#### Exercise instructions:
Write every record out again exactly as given.

Dataset entries
☆ ☆ ☆ ☆ ☆ ☆ ☆

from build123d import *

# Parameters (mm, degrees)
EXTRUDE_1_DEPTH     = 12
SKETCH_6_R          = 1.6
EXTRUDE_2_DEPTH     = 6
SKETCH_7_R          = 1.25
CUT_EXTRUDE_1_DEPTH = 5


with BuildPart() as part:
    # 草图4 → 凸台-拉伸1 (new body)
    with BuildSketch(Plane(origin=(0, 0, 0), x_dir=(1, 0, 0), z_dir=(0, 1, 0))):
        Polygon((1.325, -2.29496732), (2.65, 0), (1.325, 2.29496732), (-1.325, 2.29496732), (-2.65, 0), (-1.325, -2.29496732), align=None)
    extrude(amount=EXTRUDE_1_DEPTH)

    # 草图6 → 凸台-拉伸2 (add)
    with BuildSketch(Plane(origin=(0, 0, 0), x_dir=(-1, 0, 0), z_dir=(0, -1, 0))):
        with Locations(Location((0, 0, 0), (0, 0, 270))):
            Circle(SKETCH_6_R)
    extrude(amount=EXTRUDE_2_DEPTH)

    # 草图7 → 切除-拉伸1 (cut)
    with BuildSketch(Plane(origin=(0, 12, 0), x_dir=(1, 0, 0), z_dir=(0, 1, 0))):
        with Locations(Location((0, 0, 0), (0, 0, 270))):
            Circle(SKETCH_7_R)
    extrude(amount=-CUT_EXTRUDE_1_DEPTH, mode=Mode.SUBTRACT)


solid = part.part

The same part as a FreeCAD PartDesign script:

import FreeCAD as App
import Part
import Sketcher
Q = App.Units.Quantity

doc = App.newDocument("Part")
body = doc.addObject("PartDesign::Body", "Body")

sketch1 = body.newObject("Sketcher::SketchObject", "Sketch")
sketch1.AttachmentSupport = (doc.getObject("XZ_Plane"), [""])
sketch1.MapMode = "FlatFace"
sketch1.addGeometry(Part.LineSegment(App.Vector(1.3, 2.3, 0), App.Vector(2.6, 0, 0)), False)
sketch1.addGeometry(Part.LineSegment(App.Vector(2.6, 0, 0), App.Vector(1.3, -2.3, 0)), False)
sketch1.addGeometry(Part.LineSegment(App.Vector(1.3, -2.3, 0), App.Vector(-1.3, -2.3, 0)), False)
sketch1.addGeometry(Part.LineSegment(App.Vector(-1.3, -2.3, 0), App.Vector(-2.6, 0, 0)), False)
sketch1.addGeometry(Part.LineSegment(App.Vector(-2.6, 0, 0), App.Vector(-1.3, 2.3, 0)), False)
sketch1.addGeometry(Part.LineSegment(App.Vector(-1.3, 2.3, 0), App.Vector(1.3, 2.3, 0)), False)
sketch1.addConstraint(Sketcher.Constraint("Coincident", 0, 2, 1, 1))
sketch1.addConstraint(Sketcher.Constraint("Coincident", 1, 2, 2, 1))
sketch1.addConstraint(Sketcher.Constraint("Coincident", 2, 2, 3, 1))
sketch1.addConstraint(Sketcher.Constraint("Coincident", 3, 2, 4, 1))
sketch1.addConstraint(Sketcher.Constraint("Coincident", 4, 2, 5, 1))
sketch1.addConstraint(Sketcher.Constraint("Coincident", 5, 2, 0, 1))
sketch1.addConstraint(Sketcher.Constraint("Horizontal", 2))
sketch1.addConstraint(Sketcher.Constraint("Horizontal", 5))
sketch1.addConstraint(Sketcher.Constraint("Symmetric", 0, 2, 3, 2, -1, 1))
sketch1.addConstraint(Sketcher.Constraint("Symmetric", 1, 2, 4, 2, -1, 1))
sketch1.addConstraint(Sketcher.Constraint("PointOnObject", 0, 2, -1))
sketch1.addConstraint(Sketcher.Constraint("Parallel", 0, 3))
sketch1.addConstraint(Sketcher.Constraint("Vertical", 2, 2, 4, 2))
sketch1.addConstraint(Sketcher.Constraint("Angle", 0, Q("-60 deg")))
sketch1.addConstraint(Sketcher.Constraint("DistanceX", 2, 2, 2, 1, 2.65))
sketch1.addConstraint(Sketcher.Constraint("DistanceX", 3, 2, 0, 2, 5.3))
pad1 = body.newObject("PartDesign::Pad", "Pad")
pad1.Profile = sketch1
pad1.Length = 12
pad1.Reversed = True

sketch2 = body.newObject("Sketcher::SketchObject", "Sketch001")
sketch2.AttachmentSupport = (doc.getObject("XZ_Plane"), [""])
sketch2.MapMode = "FlatFace"
sketch2.addGeometry(Part.Circle(App.Vector(0, 0, 0), App.Vector(0, 0, 1), 1.6), False)
sketch2.addConstraint(Sketcher.Constraint("Coincident", 0, 3, -1, 1))
sketch2.addConstraint(Sketcher.Constraint("Diameter", 0, 3.2))
pad2 = body.newObject("PartDesign::Pad", "Pad001")
pad2.Profile = sketch2
pad2.Length = 6

sketch3 = body.newObject("Sketcher::SketchObject", "Sketch002")
sketch3.AttachmentSupport = (doc.getObject("XZ_Plane"), [""])
sketch3.MapMode = "FlatFace"
sketch3.AttachmentOffset = App.Placement(App.Vector(0, 0, -12), App.Rotation())
sketch3.addGeometry(Part.Circle(App.Vector(0, 0, 0), App.Vector(0, 0, 1), 1.2), False)
sketch3.addConstraint(Sketcher.Constraint("Coincident", 0, 3, -1, 1))
sketch3.addConstraint(Sketcher.Constraint("Diameter", 0, 2.5))
pocket1 = body.newObject("PartDesign::Pocket", "Pocket")
pocket1.Profile = sketch3
pocket1.Length = 5
pocket1.Reversed = True

doc.recompute()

☆ ☆ ☆ ☆ ☆ ☆ ☆

#### Finished task:
from build123d import *

# Parameters (mm, degrees)
EXTRUDE_1_DEPTH     = 12
SKETCH_6_R          = 1.6
EXTRUDE_2_DEPTH     = 6
SKETCH_7_R          = 1.25
CUT_EXTRUDE_1_DEPTH = 5


with BuildPart() as part:
    # 草图4 → 凸台-拉伸1 (new body)
    with BuildSketch(Plane(origin=(0, 0, 0), x_dir=(1, 0, 0), z_dir=(0, 1, 0))):
        Polygon((1.325, -2.29496732), (2.65, 0), (1.325, 2.29496732), (-1.325, 2.29496732), (-2.65, 0), (-1.325, -2.29496732), align=None)
    extrude(amount=EXTRUDE_1_DEPTH)

    # 草图6 → 凸台-拉伸2 (add)
    with BuildSketch(Plane(origin=(0, 0, 0), x_dir=(-1, 0, 0), z_dir=(0, -1, 0))):
        with Locations(Location((0, 0, 0), (0, 0, 270))):
            Circle(SKETCH_6_R)
    extrude(amount=EXTRUDE_2_DEPTH)

    # 草图7 → 切除-拉伸1 (cut)
    with BuildSketch(Plane(origin=(0, 12, 0), x_dir=(1, 0, 0), z_dir=(0, 1, 0))):
        with Locations(Location((0, 0, 0), (0, 0, 270))):
            Circle(SKETCH_7_R)
    extrude(amount=-CUT_EXTRUDE_1_DEPTH, mode=Mode.SUBTRACT)


solid = part.part

The same part as a FreeCAD PartDesign script:

import FreeCAD as App
import Part
import Sketcher
Q = App.Units.Quantity

doc = App.newDocument("Part")
body = doc.addObject("PartDesign::Body", "Body")

sketch1 = body.newObject("Sketcher::SketchObject", "Sketch")
sketch1.AttachmentSupport = (doc.getObject("XZ_Plane"), [""])
sketch1.MapMode = "FlatFace"
sketch1.addGeometry(Part.LineSegment(App.Vector(1.3, 2.3, 0), App.Vector(2.6, 0, 0)), False)
sketch1.addGeometry(Part.LineSegment(App.Vector(2.6, 0, 0), App.Vector(1.3, -2.3, 0)), False)
sketch1.addGeometry(Part.LineSegment(App.Vector(1.3, -2.3, 0), App.Vector(-1.3, -2.3, 0)), False)
sketch1.addGeometry(Part.LineSegment(App.Vector(-1.3, -2.3, 0), App.Vector(-2.6, 0, 0)), False)
sketch1.addGeometry(Part.LineSegment(App.Vector(-2.6, 0, 0), App.Vector(-1.3, 2.3, 0)), False)
sketch1.addGeometry(Part.LineSegment(App.Vector(-1.3, 2.3, 0), App.Vector(1.3, 2.3, 0)), False)
sketch1.addConstraint(Sketcher.Constraint("Coincident", 0, 2, 1, 1))
sketch1.addConstraint(Sketcher.Constraint("Coincident", 1, 2, 2, 1))
sketch1.addConstraint(Sketcher.Constraint("Coincident", 2, 2, 3, 1))
sketch1.addConstraint(Sketcher.Constraint("Coincident", 3, 2, 4, 1))
sketch1.addConstraint(Sketcher.Constraint("Coincident", 4, 2, 5, 1))
sketch1.addConstraint(Sketcher.Constraint("Coincident", 5, 2, 0, 1))
sketch1.addConstraint(Sketcher.Constraint("Horizontal", 2))
sketch1.addConstraint(Sketcher.Constraint("Horizontal", 5))
sketch1.addConstraint(Sketcher.Constraint("Symmetric", 0, 2, 3, 2, -1, 1))
sketch1.addConstraint(Sketcher.Constraint("Symmetric", 1, 2, 4, 2, -1, 1))
sketch1.addConstraint(Sketcher.Constraint("PointOnObject", 0, 2, -1))
sketch1.addConstraint(Sketcher.Constraint("Parallel", 0, 3))
sketch1.addConstraint(Sketcher.Constraint("Vertical", 2, 2, 4, 2))
sketch1.addConstraint(Sketcher.Constraint("Angle", 0, Q("-60 deg")))
sketch1.addConstraint(Sketcher.Constraint("DistanceX", 2, 2, 2, 1, 2.65))
sketch1.addConstraint(Sketcher.Constraint("DistanceX", 3, 2, 0, 2, 5.3))
pad1 = body.newObject("PartDesign::Pad", "Pad")
pad1.Profile = sketch1
pad1.Length = 12
pad1.Reversed = True

sketch2 = body.newObject("Sketcher::SketchObject", "Sketch001")
sketch2.AttachmentSupport = (doc.getObject("XZ_Plane"), [""])
sketch2.MapMode = "FlatFace"
sketch2.addGeometry(Part.Circle(App.Vector(0, 0, 0), App.Vector(0, 0, 1), 1.6), False)
sketch2.addConstraint(Sketcher.Constraint("Coincident", 0, 3, -1, 1))
sketch2.addConstraint(Sketcher.Constraint("Diameter", 0, 3.2))
pad2 = body.newObject("PartDesign::Pad", "Pad001")
pad2.Profile = sketch2
pad2.Length = 6

sketch3 = body.newObject("Sketcher::SketchObject", "Sketch002")
sketch3.AttachmentSupport = (doc.getObject("XZ_Plane"), [""])
sketch3.MapMode = "FlatFace"
sketch3.AttachmentOffset = App.Placement(App.Vector(0, 0, -12), App.Rotation())
sketch3.addGeometry(Part.Circle(App.Vector(0, 0, 0), App.Vector(0, 0, 1), 1.2), False)
sketch3.addConstraint(Sketcher.Constraint("Coincident", 0, 3, -1, 1))
sketch3.addConstraint(Sketcher.Constraint("Diameter", 0, 2.5))
pocket1 = body.newObject("PartDesign::Pocket", "Pocket")
pocket1.Profile = sketch3
pocket1.Length = 5
pocket1.Reversed = True

doc.recompute()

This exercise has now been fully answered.